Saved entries
== Segment start ==
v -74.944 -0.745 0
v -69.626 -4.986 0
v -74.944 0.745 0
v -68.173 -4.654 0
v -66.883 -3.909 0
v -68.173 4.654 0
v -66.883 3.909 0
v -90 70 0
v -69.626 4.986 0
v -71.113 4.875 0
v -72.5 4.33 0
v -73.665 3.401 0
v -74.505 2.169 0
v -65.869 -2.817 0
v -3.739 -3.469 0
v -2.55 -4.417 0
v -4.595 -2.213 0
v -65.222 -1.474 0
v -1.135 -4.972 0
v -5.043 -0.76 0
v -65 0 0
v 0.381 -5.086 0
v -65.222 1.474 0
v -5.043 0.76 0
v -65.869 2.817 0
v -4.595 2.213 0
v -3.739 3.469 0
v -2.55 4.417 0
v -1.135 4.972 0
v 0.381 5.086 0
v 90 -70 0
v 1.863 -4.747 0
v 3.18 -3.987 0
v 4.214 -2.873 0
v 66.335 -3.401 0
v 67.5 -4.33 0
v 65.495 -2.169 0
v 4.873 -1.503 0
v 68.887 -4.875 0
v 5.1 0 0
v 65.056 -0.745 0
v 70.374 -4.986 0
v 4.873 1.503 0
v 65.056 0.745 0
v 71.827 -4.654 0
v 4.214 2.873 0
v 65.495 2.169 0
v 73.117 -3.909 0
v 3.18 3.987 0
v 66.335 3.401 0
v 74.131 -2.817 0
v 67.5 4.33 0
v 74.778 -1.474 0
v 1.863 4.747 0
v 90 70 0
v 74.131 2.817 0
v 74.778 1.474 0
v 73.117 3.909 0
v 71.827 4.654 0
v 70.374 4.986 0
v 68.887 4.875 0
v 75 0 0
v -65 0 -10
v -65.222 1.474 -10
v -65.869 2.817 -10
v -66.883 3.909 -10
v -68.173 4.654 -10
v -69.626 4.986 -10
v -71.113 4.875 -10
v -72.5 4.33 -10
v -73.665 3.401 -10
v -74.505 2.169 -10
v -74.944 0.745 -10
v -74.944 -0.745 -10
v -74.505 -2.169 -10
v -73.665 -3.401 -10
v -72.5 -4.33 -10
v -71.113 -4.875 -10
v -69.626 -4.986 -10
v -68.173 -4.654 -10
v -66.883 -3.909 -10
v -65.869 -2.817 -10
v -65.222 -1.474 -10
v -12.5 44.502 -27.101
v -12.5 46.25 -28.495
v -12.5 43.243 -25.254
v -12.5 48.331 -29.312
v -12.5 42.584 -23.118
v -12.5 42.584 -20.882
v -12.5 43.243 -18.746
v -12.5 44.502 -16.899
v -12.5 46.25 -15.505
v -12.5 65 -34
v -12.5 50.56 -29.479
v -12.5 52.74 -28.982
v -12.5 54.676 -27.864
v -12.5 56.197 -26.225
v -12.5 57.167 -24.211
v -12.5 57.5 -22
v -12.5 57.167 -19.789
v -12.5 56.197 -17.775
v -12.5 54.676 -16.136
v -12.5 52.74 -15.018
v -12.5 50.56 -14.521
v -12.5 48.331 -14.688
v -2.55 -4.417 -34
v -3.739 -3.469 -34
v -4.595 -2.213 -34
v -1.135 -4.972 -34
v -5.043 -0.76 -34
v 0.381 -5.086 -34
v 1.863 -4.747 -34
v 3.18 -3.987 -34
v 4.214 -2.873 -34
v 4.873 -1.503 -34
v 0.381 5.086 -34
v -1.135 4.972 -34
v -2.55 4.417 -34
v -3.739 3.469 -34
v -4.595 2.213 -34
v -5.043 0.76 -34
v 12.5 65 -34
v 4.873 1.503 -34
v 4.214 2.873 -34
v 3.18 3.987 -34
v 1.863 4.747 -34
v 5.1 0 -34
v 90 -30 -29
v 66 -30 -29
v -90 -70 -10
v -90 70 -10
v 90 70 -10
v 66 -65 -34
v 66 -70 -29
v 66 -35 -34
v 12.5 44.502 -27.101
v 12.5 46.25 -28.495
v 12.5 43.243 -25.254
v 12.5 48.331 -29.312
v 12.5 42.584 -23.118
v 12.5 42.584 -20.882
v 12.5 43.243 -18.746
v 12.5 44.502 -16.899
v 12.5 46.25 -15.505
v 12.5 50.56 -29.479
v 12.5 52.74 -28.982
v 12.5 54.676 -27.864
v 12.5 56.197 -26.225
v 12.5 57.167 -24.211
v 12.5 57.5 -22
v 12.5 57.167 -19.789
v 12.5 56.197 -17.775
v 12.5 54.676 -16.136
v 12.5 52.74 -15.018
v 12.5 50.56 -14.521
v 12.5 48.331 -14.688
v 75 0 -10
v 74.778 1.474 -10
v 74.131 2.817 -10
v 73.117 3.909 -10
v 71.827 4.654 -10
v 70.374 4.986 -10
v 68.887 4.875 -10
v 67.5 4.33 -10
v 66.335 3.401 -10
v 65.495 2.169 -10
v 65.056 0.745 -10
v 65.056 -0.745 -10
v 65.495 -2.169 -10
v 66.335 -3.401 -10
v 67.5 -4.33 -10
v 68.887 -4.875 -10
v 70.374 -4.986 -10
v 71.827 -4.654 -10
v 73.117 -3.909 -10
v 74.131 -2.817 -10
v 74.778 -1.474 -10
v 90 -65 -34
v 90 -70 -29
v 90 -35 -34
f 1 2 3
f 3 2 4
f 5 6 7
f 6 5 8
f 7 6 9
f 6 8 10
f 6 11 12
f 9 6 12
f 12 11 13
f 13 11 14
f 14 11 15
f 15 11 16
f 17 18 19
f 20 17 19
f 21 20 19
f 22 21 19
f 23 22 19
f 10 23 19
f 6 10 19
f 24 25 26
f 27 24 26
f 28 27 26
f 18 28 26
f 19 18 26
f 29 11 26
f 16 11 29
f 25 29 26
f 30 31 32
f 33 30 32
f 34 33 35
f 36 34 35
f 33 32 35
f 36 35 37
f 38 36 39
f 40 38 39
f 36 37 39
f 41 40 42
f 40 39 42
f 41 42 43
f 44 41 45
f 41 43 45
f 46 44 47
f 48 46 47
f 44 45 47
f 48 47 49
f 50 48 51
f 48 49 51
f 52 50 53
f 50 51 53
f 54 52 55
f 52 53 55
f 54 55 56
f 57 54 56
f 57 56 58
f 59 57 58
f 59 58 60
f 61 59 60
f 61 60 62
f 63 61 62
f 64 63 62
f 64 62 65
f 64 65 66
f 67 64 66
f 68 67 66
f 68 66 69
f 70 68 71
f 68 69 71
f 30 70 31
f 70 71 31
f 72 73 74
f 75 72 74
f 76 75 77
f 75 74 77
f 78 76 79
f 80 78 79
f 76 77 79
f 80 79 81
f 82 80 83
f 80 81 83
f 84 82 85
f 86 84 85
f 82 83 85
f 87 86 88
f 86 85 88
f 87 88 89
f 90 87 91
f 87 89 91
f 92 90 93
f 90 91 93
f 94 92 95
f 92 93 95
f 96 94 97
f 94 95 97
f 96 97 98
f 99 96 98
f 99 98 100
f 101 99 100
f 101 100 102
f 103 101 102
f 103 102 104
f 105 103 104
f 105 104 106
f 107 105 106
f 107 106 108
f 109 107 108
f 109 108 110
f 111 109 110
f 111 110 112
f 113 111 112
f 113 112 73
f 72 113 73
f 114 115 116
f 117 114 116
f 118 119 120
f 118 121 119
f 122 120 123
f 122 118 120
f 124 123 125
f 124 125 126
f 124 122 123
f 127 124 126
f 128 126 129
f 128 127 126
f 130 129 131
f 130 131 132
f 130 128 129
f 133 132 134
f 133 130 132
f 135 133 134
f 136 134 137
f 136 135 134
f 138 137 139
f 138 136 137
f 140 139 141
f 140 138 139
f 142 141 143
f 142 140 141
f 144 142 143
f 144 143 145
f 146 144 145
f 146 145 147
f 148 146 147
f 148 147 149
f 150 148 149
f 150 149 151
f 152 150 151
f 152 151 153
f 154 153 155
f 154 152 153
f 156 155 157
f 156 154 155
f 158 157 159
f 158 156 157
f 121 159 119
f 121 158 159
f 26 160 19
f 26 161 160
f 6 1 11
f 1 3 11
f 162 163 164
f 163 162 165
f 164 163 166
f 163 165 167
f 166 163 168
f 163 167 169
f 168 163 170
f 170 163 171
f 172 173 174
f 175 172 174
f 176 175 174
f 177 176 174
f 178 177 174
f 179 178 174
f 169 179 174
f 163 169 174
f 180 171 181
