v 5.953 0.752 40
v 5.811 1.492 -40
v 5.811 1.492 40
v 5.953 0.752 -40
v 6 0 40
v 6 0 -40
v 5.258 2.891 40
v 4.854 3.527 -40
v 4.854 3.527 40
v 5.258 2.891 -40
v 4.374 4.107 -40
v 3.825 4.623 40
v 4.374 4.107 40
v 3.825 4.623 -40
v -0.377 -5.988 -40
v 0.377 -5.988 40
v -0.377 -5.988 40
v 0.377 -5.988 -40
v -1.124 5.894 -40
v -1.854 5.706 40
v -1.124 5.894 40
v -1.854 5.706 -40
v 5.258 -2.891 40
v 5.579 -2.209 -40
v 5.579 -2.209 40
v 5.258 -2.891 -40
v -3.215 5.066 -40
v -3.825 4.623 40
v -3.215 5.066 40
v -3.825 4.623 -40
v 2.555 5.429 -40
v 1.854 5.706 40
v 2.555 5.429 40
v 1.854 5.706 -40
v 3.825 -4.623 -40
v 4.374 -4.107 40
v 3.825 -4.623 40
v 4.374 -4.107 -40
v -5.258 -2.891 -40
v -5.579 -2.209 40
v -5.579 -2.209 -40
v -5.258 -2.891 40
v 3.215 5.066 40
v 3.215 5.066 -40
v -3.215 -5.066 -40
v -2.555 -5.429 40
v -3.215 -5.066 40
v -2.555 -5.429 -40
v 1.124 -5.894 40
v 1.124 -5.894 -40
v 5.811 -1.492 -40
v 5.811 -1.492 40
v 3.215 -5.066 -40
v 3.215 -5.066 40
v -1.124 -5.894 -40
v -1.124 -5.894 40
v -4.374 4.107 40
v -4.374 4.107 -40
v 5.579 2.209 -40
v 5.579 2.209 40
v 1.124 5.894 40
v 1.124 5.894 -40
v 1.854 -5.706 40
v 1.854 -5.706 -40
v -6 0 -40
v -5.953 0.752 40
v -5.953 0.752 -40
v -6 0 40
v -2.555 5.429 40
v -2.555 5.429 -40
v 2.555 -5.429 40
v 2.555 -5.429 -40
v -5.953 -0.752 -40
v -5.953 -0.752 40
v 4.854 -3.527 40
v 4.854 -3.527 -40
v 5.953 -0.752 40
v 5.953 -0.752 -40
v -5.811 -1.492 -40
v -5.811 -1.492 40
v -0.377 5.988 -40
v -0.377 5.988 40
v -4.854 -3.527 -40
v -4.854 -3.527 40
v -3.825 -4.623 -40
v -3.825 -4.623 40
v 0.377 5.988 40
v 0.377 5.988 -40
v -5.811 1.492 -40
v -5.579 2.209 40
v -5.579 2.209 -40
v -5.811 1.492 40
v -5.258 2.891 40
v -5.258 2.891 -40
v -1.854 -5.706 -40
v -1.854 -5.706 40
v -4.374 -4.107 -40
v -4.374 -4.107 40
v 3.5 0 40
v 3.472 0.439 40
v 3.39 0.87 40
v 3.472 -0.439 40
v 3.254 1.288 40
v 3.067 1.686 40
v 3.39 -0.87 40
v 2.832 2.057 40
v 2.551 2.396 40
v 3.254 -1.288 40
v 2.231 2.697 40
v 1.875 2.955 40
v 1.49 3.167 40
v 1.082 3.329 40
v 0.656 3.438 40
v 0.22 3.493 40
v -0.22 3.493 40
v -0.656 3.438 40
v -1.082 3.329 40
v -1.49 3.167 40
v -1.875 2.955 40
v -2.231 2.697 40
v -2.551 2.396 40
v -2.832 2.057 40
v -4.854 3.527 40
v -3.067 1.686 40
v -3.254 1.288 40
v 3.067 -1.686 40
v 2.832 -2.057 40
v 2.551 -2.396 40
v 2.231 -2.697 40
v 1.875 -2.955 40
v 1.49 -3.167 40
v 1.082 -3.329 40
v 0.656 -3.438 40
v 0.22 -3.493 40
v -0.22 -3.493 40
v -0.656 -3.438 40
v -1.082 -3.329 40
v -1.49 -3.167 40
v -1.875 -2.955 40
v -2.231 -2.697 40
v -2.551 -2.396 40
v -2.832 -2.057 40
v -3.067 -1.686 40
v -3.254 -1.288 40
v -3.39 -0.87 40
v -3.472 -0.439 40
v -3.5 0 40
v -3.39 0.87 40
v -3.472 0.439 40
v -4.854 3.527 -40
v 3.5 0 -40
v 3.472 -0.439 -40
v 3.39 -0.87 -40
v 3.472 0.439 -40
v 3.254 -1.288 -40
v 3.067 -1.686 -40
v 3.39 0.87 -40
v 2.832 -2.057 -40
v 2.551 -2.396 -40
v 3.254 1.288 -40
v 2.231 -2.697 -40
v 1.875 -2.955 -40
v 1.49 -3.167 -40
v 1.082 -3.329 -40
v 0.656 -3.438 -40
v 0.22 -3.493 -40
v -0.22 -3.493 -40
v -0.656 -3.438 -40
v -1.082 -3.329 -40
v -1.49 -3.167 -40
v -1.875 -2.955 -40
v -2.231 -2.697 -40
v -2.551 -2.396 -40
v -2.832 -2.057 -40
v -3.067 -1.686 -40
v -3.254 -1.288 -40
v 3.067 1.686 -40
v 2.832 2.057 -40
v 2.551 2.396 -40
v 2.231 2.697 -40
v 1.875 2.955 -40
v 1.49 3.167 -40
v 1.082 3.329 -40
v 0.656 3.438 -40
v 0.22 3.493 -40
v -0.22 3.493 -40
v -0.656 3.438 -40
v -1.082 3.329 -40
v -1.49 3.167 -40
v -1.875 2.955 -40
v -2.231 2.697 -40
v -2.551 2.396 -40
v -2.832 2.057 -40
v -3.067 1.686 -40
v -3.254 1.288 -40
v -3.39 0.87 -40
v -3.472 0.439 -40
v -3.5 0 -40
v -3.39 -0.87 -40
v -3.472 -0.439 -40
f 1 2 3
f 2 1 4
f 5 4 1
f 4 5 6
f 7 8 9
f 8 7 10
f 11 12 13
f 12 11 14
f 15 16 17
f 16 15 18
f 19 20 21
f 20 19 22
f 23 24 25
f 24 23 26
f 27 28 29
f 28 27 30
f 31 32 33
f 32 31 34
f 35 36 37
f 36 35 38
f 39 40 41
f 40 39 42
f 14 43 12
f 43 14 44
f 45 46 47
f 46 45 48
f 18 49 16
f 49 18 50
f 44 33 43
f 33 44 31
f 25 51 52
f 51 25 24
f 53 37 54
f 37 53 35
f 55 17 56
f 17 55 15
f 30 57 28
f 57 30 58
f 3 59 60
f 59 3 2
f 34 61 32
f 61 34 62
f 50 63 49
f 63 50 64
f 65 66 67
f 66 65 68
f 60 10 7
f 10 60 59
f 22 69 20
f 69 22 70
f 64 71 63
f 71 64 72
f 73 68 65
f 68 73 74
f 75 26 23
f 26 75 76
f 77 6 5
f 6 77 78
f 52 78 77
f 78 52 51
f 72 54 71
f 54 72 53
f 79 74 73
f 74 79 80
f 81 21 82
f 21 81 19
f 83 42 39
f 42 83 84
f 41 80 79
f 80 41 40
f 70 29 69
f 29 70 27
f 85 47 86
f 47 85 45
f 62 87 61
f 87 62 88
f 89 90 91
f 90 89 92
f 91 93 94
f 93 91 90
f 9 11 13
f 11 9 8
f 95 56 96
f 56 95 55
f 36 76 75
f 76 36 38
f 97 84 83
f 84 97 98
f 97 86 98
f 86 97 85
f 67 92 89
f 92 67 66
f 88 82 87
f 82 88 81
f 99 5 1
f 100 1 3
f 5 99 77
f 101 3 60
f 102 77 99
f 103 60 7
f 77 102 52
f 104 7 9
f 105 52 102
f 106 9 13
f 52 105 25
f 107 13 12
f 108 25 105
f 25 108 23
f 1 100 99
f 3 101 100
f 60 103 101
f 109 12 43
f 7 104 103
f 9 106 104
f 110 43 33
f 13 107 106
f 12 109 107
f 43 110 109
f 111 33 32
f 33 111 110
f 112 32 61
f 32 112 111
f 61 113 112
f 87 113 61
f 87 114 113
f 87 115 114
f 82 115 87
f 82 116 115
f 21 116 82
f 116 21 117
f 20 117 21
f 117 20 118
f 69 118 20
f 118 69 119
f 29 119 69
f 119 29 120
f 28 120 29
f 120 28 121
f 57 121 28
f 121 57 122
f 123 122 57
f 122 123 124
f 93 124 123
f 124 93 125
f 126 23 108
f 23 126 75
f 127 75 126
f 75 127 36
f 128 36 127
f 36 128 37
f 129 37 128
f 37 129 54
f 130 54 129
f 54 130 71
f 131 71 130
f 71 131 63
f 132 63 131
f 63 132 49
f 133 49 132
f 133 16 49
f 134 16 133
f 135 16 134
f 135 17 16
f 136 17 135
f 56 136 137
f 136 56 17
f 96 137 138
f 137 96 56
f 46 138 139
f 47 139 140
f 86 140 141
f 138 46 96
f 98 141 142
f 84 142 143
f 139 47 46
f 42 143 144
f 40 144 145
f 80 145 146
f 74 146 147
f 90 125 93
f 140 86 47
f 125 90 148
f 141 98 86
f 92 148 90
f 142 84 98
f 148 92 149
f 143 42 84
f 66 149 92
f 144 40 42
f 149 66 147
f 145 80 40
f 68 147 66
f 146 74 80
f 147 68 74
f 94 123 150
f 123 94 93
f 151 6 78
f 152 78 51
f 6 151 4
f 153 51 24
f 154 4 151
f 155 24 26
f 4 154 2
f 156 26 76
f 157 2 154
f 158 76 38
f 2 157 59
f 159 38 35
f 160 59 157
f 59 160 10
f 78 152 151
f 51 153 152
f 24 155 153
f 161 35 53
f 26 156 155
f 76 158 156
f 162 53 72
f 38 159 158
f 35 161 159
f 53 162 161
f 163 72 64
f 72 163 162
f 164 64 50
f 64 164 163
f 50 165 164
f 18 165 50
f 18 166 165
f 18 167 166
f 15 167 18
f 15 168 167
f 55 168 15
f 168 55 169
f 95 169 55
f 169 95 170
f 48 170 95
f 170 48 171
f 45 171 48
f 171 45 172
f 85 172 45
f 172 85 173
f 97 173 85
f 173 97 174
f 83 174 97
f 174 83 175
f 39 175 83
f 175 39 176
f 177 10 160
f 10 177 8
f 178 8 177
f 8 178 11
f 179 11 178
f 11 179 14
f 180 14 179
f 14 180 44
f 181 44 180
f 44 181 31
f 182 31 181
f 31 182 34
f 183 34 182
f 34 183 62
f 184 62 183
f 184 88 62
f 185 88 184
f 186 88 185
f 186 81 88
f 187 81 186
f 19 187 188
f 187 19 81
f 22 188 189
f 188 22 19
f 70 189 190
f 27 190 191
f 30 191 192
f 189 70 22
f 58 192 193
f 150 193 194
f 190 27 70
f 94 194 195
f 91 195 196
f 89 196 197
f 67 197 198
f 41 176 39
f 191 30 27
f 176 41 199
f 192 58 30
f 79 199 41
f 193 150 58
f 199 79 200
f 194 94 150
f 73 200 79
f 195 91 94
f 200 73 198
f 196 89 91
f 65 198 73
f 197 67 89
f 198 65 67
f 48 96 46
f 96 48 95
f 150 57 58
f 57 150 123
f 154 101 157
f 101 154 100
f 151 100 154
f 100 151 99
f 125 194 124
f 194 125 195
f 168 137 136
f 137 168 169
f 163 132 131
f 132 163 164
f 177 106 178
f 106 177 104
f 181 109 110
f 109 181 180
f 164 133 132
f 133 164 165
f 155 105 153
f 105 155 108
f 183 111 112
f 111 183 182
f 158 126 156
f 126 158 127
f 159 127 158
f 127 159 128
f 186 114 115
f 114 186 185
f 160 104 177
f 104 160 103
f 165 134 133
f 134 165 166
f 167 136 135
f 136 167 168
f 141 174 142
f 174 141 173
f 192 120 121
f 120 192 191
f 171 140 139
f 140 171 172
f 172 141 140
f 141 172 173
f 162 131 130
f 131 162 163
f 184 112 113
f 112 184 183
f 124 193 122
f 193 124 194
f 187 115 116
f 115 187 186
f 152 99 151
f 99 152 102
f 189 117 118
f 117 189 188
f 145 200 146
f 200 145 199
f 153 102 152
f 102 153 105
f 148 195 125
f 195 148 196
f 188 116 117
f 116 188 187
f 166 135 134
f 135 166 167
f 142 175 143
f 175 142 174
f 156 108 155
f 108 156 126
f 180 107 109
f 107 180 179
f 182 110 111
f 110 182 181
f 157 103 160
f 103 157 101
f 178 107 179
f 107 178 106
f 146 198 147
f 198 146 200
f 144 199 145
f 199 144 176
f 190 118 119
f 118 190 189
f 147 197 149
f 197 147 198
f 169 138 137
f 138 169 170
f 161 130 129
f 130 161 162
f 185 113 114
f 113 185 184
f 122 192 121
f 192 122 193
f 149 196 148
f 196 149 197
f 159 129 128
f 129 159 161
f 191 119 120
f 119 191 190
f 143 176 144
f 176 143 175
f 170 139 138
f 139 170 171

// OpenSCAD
$fn = 50;


difference() {
	union() {
		translate(v = [0, 0, -40.0000000000]) {
			cylinder(h = 80, r = 6.0000000000);
		}
	}
	union() {
		translate(v = [0, 0, -100.0000000000]) {
			cylinder(h = 200, r = 3.5000000000);
		}
	}
}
== Segment end ==
### What you should do
The entries above hold a line with "v -0.22 -3.493 -40" and a later line with "v 2.231 2.697 -40". Write out exactly those lines and all lines between, nothing more.

### Output of the exercise
v -0.22 -3.493 -40
v -0.656 -3.438 -40
v -1.082 -3.329 -40
v -1.49 -3.167 -40
v -1.875 -2.955 -40
v -2.231 -2.697 -40
v -2.551 -2.396 -40
v -2.832 -2.057 -40
v -3.067 -1.686 -40
v -3.254 -1.288 -40
v 3.067 1.686 -40
v 2.832 2.057 -40
v 2.551 2.396 -40
v 2.231 2.697 -40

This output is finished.